Вскоре масочники закончились, их сменили молодцы в камуфлированной форме с георгиевскими лентами.
- Они первые ! 8 лет издевательств!
- В радиоактивный пепел!
За ними голосили толстые бабки:
- Хватит кормить Кавказ!
- Банду Ельцина под суд!
Потом я увидел хмурых мужчин в потертых кожаных куртках. Они сплевывали прямо на эскалатор. Один мужик кричал в огромную мобилу, похожую на кирпич с выдвижной антенной: «Чо ты мне фуфло толкаешь, шнырь?»
За ними расположились граждане в заячьих шапках с сумками, полными вареной колбасы. Некоторые везли авоськи с трехлитровыми банками пива. Проехали пионеры с красным знаменем. Пронеслись рабочие с транспарантами «Завершим пятилетку по-ударному!», «Пьянство из жизни решительно выметем!»
Свет включался и выключался. Гудела сирена. "Воздушная тревога! Немедленно спуститься в укрытия!" Солдаты в мятых шинелях тащили по эскалатору носилки, ящики, противогазы, книги. Но и они прошли.

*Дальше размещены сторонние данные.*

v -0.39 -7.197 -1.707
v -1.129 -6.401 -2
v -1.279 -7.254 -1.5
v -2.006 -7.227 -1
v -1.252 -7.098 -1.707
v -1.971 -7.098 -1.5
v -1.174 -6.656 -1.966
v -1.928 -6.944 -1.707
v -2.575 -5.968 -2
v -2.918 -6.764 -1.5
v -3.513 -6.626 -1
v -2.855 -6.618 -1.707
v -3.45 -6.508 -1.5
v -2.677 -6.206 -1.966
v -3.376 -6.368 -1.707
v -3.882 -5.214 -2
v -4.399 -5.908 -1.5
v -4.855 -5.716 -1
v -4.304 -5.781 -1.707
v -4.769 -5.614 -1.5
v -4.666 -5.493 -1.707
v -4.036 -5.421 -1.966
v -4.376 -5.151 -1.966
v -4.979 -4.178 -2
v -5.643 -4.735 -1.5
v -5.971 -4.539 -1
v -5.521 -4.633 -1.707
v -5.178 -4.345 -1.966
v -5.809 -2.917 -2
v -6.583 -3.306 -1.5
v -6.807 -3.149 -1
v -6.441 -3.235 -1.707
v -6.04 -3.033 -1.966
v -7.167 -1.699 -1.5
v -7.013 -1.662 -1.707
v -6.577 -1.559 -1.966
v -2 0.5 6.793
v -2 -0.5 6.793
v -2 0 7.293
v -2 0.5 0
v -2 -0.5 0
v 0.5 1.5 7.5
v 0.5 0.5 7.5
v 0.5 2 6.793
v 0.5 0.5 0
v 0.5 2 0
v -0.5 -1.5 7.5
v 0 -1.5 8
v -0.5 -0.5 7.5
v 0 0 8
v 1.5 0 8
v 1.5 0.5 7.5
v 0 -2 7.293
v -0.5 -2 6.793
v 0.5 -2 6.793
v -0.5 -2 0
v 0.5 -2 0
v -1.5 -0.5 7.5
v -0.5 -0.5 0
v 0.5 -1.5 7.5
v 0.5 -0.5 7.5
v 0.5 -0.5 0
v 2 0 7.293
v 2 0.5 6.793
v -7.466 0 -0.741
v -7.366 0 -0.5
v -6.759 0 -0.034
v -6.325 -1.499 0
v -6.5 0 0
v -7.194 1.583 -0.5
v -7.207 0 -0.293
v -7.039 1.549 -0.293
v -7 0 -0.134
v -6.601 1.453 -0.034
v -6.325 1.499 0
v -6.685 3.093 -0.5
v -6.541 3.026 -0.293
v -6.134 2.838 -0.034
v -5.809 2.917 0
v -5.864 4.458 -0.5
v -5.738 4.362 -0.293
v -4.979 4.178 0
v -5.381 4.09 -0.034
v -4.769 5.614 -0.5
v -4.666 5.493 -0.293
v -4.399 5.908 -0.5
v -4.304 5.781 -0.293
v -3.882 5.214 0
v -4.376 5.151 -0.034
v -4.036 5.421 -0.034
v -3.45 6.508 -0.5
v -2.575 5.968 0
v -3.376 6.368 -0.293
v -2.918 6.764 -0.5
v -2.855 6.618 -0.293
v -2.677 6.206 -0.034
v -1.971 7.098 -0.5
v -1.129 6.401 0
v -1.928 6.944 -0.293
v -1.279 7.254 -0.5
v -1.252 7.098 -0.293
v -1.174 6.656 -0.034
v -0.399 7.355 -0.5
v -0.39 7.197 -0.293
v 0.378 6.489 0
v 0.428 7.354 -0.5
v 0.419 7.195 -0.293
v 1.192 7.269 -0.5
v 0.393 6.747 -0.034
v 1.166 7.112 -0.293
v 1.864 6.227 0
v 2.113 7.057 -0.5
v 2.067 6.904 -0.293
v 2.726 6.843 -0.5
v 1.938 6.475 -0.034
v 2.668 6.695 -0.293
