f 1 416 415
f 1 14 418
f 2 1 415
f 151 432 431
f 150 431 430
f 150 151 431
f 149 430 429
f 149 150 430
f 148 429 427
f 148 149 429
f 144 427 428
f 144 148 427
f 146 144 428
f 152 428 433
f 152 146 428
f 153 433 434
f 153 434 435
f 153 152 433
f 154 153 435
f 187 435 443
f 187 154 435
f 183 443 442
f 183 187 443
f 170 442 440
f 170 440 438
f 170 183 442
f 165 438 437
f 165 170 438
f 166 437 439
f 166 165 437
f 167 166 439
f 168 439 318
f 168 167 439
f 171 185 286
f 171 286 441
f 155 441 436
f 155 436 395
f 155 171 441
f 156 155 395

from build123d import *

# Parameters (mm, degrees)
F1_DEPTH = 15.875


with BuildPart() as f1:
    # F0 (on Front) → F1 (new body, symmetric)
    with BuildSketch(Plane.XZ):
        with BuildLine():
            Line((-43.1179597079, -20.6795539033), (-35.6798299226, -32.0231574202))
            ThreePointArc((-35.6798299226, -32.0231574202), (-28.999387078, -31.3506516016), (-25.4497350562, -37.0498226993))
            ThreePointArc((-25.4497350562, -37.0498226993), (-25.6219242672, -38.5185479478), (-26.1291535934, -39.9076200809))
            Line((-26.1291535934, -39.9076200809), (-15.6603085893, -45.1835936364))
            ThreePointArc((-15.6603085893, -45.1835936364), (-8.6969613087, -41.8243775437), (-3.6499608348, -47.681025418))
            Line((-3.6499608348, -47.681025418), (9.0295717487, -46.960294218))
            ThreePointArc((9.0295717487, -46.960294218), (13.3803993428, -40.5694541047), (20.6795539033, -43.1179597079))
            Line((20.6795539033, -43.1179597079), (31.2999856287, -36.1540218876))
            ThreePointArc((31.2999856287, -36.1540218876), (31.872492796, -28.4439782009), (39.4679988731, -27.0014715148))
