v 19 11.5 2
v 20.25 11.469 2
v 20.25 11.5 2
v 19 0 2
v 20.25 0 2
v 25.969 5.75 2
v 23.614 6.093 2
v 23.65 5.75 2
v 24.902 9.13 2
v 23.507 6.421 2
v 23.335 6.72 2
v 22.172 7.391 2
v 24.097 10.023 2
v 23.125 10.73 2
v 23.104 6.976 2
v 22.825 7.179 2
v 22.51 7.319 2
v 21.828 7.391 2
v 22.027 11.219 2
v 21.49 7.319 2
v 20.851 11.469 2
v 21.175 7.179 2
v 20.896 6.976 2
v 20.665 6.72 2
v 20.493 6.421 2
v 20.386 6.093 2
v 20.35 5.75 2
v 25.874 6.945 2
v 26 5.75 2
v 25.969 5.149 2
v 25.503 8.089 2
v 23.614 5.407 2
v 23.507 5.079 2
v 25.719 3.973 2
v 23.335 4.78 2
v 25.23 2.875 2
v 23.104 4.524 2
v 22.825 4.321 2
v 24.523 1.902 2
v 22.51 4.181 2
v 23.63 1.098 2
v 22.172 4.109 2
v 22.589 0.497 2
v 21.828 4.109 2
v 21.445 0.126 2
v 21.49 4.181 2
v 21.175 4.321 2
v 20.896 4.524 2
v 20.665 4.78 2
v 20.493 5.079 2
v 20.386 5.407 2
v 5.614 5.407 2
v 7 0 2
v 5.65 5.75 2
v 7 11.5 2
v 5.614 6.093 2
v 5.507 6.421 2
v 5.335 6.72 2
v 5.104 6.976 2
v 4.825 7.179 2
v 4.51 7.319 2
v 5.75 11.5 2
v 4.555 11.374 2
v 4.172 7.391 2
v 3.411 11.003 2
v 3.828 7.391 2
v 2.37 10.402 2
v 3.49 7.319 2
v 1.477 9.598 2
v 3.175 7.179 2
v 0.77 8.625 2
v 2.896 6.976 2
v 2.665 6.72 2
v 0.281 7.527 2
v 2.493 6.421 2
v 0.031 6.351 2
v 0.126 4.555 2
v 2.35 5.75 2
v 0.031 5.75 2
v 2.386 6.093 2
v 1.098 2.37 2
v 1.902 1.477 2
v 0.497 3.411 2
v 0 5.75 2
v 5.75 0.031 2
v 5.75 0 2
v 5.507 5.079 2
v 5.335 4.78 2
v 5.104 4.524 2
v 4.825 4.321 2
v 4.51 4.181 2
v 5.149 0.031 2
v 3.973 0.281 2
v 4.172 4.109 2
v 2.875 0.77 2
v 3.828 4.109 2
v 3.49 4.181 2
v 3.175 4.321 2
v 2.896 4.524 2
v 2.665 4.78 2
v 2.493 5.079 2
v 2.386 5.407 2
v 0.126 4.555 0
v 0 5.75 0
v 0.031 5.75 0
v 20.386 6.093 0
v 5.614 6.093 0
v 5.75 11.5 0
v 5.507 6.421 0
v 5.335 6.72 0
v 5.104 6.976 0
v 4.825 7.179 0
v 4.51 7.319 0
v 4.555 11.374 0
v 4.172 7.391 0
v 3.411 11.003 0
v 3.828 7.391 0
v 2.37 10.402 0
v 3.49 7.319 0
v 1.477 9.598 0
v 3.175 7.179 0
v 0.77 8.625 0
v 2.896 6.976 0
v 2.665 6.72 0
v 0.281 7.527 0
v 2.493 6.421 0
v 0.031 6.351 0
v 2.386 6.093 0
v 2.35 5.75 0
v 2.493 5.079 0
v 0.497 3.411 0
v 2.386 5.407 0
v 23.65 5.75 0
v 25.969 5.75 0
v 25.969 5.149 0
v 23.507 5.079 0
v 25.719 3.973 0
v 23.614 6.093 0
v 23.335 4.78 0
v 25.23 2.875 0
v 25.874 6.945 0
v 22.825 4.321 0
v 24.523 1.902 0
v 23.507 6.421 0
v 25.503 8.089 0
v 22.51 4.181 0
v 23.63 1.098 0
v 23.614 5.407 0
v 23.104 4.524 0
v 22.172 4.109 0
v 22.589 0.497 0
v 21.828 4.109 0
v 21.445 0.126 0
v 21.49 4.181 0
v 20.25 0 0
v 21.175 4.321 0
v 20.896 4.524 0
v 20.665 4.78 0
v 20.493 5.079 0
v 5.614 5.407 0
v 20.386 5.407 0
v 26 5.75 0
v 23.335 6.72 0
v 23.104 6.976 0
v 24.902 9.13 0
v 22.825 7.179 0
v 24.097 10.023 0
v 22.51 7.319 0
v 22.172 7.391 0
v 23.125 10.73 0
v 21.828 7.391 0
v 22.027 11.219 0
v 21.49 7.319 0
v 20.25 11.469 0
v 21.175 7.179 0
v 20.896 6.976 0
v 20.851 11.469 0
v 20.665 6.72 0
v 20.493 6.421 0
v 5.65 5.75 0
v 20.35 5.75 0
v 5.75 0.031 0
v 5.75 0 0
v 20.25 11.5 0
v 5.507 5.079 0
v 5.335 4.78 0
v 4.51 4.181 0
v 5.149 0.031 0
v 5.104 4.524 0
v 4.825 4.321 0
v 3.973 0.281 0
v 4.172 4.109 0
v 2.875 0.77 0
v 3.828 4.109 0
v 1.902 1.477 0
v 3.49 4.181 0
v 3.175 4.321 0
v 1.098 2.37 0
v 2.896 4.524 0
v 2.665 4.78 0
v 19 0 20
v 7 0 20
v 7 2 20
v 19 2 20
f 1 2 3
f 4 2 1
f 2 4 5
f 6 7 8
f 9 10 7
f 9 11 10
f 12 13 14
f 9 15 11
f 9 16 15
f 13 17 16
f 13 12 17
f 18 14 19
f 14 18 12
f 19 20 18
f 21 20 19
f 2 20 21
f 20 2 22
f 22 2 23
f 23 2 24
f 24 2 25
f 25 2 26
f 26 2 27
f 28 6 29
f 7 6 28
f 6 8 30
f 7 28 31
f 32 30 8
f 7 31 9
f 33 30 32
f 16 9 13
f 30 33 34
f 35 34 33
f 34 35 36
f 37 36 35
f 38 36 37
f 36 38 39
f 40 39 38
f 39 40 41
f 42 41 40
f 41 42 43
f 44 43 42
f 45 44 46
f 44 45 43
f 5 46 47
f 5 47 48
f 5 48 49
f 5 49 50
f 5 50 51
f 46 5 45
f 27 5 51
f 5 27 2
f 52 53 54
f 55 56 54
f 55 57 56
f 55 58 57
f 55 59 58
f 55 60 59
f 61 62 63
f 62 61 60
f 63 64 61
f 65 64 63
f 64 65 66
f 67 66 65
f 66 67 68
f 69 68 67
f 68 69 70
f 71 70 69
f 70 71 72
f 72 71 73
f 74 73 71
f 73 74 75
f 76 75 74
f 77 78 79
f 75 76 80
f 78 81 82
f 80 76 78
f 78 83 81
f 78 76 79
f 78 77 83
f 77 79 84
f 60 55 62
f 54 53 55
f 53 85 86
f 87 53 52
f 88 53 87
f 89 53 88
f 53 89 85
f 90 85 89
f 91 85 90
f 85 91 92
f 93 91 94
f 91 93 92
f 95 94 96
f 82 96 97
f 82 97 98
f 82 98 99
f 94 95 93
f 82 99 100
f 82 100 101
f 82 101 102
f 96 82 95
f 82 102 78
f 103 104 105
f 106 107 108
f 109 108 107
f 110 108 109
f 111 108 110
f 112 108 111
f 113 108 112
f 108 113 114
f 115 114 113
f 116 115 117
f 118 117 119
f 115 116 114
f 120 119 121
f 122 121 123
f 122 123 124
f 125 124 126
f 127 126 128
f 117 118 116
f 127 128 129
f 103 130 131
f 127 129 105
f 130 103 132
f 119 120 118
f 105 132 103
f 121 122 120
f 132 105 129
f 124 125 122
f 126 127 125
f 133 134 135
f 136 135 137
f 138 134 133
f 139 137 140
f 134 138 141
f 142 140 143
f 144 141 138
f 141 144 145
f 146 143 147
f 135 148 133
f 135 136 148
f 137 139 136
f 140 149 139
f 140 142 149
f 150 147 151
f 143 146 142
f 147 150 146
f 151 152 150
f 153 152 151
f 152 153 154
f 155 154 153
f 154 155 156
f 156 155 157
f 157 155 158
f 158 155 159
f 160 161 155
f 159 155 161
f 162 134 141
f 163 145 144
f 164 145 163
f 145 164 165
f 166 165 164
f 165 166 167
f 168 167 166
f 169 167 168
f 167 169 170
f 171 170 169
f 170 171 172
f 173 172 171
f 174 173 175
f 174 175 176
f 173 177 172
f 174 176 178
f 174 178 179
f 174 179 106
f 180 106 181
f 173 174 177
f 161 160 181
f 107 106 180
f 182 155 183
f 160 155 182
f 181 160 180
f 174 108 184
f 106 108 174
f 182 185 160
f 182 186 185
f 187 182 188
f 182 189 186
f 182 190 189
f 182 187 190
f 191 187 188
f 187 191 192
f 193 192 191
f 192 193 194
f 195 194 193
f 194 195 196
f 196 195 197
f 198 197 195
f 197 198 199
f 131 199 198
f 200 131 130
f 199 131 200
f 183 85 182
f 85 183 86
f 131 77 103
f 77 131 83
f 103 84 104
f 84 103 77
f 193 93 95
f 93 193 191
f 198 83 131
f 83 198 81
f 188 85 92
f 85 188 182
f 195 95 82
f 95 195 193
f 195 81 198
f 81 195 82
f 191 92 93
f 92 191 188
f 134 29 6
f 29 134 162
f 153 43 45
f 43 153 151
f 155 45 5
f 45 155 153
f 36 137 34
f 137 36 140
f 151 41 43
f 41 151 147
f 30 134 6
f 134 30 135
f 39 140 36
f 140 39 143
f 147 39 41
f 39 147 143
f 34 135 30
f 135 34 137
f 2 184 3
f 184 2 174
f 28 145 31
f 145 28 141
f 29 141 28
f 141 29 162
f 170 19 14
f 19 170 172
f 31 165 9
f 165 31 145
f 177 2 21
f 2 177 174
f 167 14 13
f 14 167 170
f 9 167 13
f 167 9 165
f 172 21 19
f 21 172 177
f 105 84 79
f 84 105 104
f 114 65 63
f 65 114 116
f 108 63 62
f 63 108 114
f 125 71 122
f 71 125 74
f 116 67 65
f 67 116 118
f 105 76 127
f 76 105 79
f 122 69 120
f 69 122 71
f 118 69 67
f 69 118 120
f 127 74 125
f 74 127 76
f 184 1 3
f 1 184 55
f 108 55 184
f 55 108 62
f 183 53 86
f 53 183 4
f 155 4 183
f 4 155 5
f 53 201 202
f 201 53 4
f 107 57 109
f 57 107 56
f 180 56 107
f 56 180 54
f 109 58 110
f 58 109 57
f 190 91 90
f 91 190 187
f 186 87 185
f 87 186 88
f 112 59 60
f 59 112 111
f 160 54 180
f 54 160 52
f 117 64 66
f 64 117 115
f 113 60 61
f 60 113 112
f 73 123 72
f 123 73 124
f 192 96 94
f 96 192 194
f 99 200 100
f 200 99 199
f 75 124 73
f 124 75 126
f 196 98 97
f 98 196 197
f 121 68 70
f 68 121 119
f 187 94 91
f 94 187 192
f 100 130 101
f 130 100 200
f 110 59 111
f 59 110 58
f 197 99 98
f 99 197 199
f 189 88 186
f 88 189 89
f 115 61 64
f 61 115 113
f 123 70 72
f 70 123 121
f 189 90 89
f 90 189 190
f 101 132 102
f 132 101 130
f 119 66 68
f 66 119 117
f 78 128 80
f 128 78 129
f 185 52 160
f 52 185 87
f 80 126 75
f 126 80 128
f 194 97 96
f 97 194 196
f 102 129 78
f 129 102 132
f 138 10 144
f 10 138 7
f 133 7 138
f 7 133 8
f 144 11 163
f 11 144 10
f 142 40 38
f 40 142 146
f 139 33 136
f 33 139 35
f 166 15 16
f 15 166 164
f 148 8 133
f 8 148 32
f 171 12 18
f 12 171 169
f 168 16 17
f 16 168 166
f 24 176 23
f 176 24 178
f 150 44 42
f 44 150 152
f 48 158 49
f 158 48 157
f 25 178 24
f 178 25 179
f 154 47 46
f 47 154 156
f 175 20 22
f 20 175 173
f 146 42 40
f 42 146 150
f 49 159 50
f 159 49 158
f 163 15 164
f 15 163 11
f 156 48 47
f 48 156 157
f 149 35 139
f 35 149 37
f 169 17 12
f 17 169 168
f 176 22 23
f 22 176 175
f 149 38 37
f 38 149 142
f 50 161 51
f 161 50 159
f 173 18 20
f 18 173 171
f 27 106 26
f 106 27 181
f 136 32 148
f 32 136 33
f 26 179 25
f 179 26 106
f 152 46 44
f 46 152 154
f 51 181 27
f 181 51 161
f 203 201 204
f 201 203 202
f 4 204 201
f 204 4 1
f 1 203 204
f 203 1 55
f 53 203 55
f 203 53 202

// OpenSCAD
// file: simple_rounded_cube.scad
module sr_cube(size=[1,1,1],radius=0.5,corners=[1,1,1,1]) {
    difference(){    
    cube(size);
    
        if(corners[0])
        translate([radius,radius,0])rotate([0,0,180])difference(){
                cube([radius*2,radius*2,size[2]]);
                cylinder(size[2],radius,radius);
        }
        if(corners[1])
        translate([size[0]-radius,radius,0])rotate([0,0,270])difference(){
                cube([radius*2,radius*2,size[2]]);
                cylinder(size[2],radius,radius);
        }
        if(corners[2])
        translate([size[0]-radius,size[1]-radius,0])rotate([0,0,0])difference(){
                cube([radius*2,radius*2,size[2]]);
                cylinder(size[2],radius,radius);
        }
        if(corners[3])
        translate([radius,size[1]-radius,0])rotate([0,0,90])difference(){
                cube([radius*2,radius*2,size[2]]);
                cylinder(size[2],radius,radius);
        }
        }
        
}


//sr_cube([20,20,5], radius=4,corners=[0,0,0,0]);
// main file
$fn = 30;

eps = 0.3;


h = 20;
w = 11.5;
lt = 12; //length top
l = 26;
hole_dist = 18;
hr = (3+eps)/2;
s = 2;

include<simple_rounded_cube.scad>

difference() {
sr_cube([l,w,2], radius=w/2);
translate([l/2 - hole_dist/2,w/2,0]) cylinder(s,hr,hr);
translate([l/2 + hole_dist/2,w/2,0]) cylinder(s,hr,hr);
}

translate([l/2 - lt/2,0,0]) rotate([90,0,90]) linear_extrude(lt) polygon([[0,0],[w,0],[w,s],[s,h],[0,h]]);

Показались девушки в ситцевых платьицах, белых косынках, передниках. Натруженными ладонями они крепко держались за поручни.
Следовавшие за ними рабочие, (все как один в кепках) стучали молоточками по поручням, а потом сняли толстые резиновые ленты с направляющих. Демонтировали плафоны, выкрутили лампы. Стало темно, зябко, с потолками падали капли. Я чувствовал холод земли. Она наступала. Земля обнимала меня. Я не мог шевелиться. Щупал промерзший грунт. В темноте слышался нескончаемый гул отбойного молотка. Но стих и он.
Остался стук сердца.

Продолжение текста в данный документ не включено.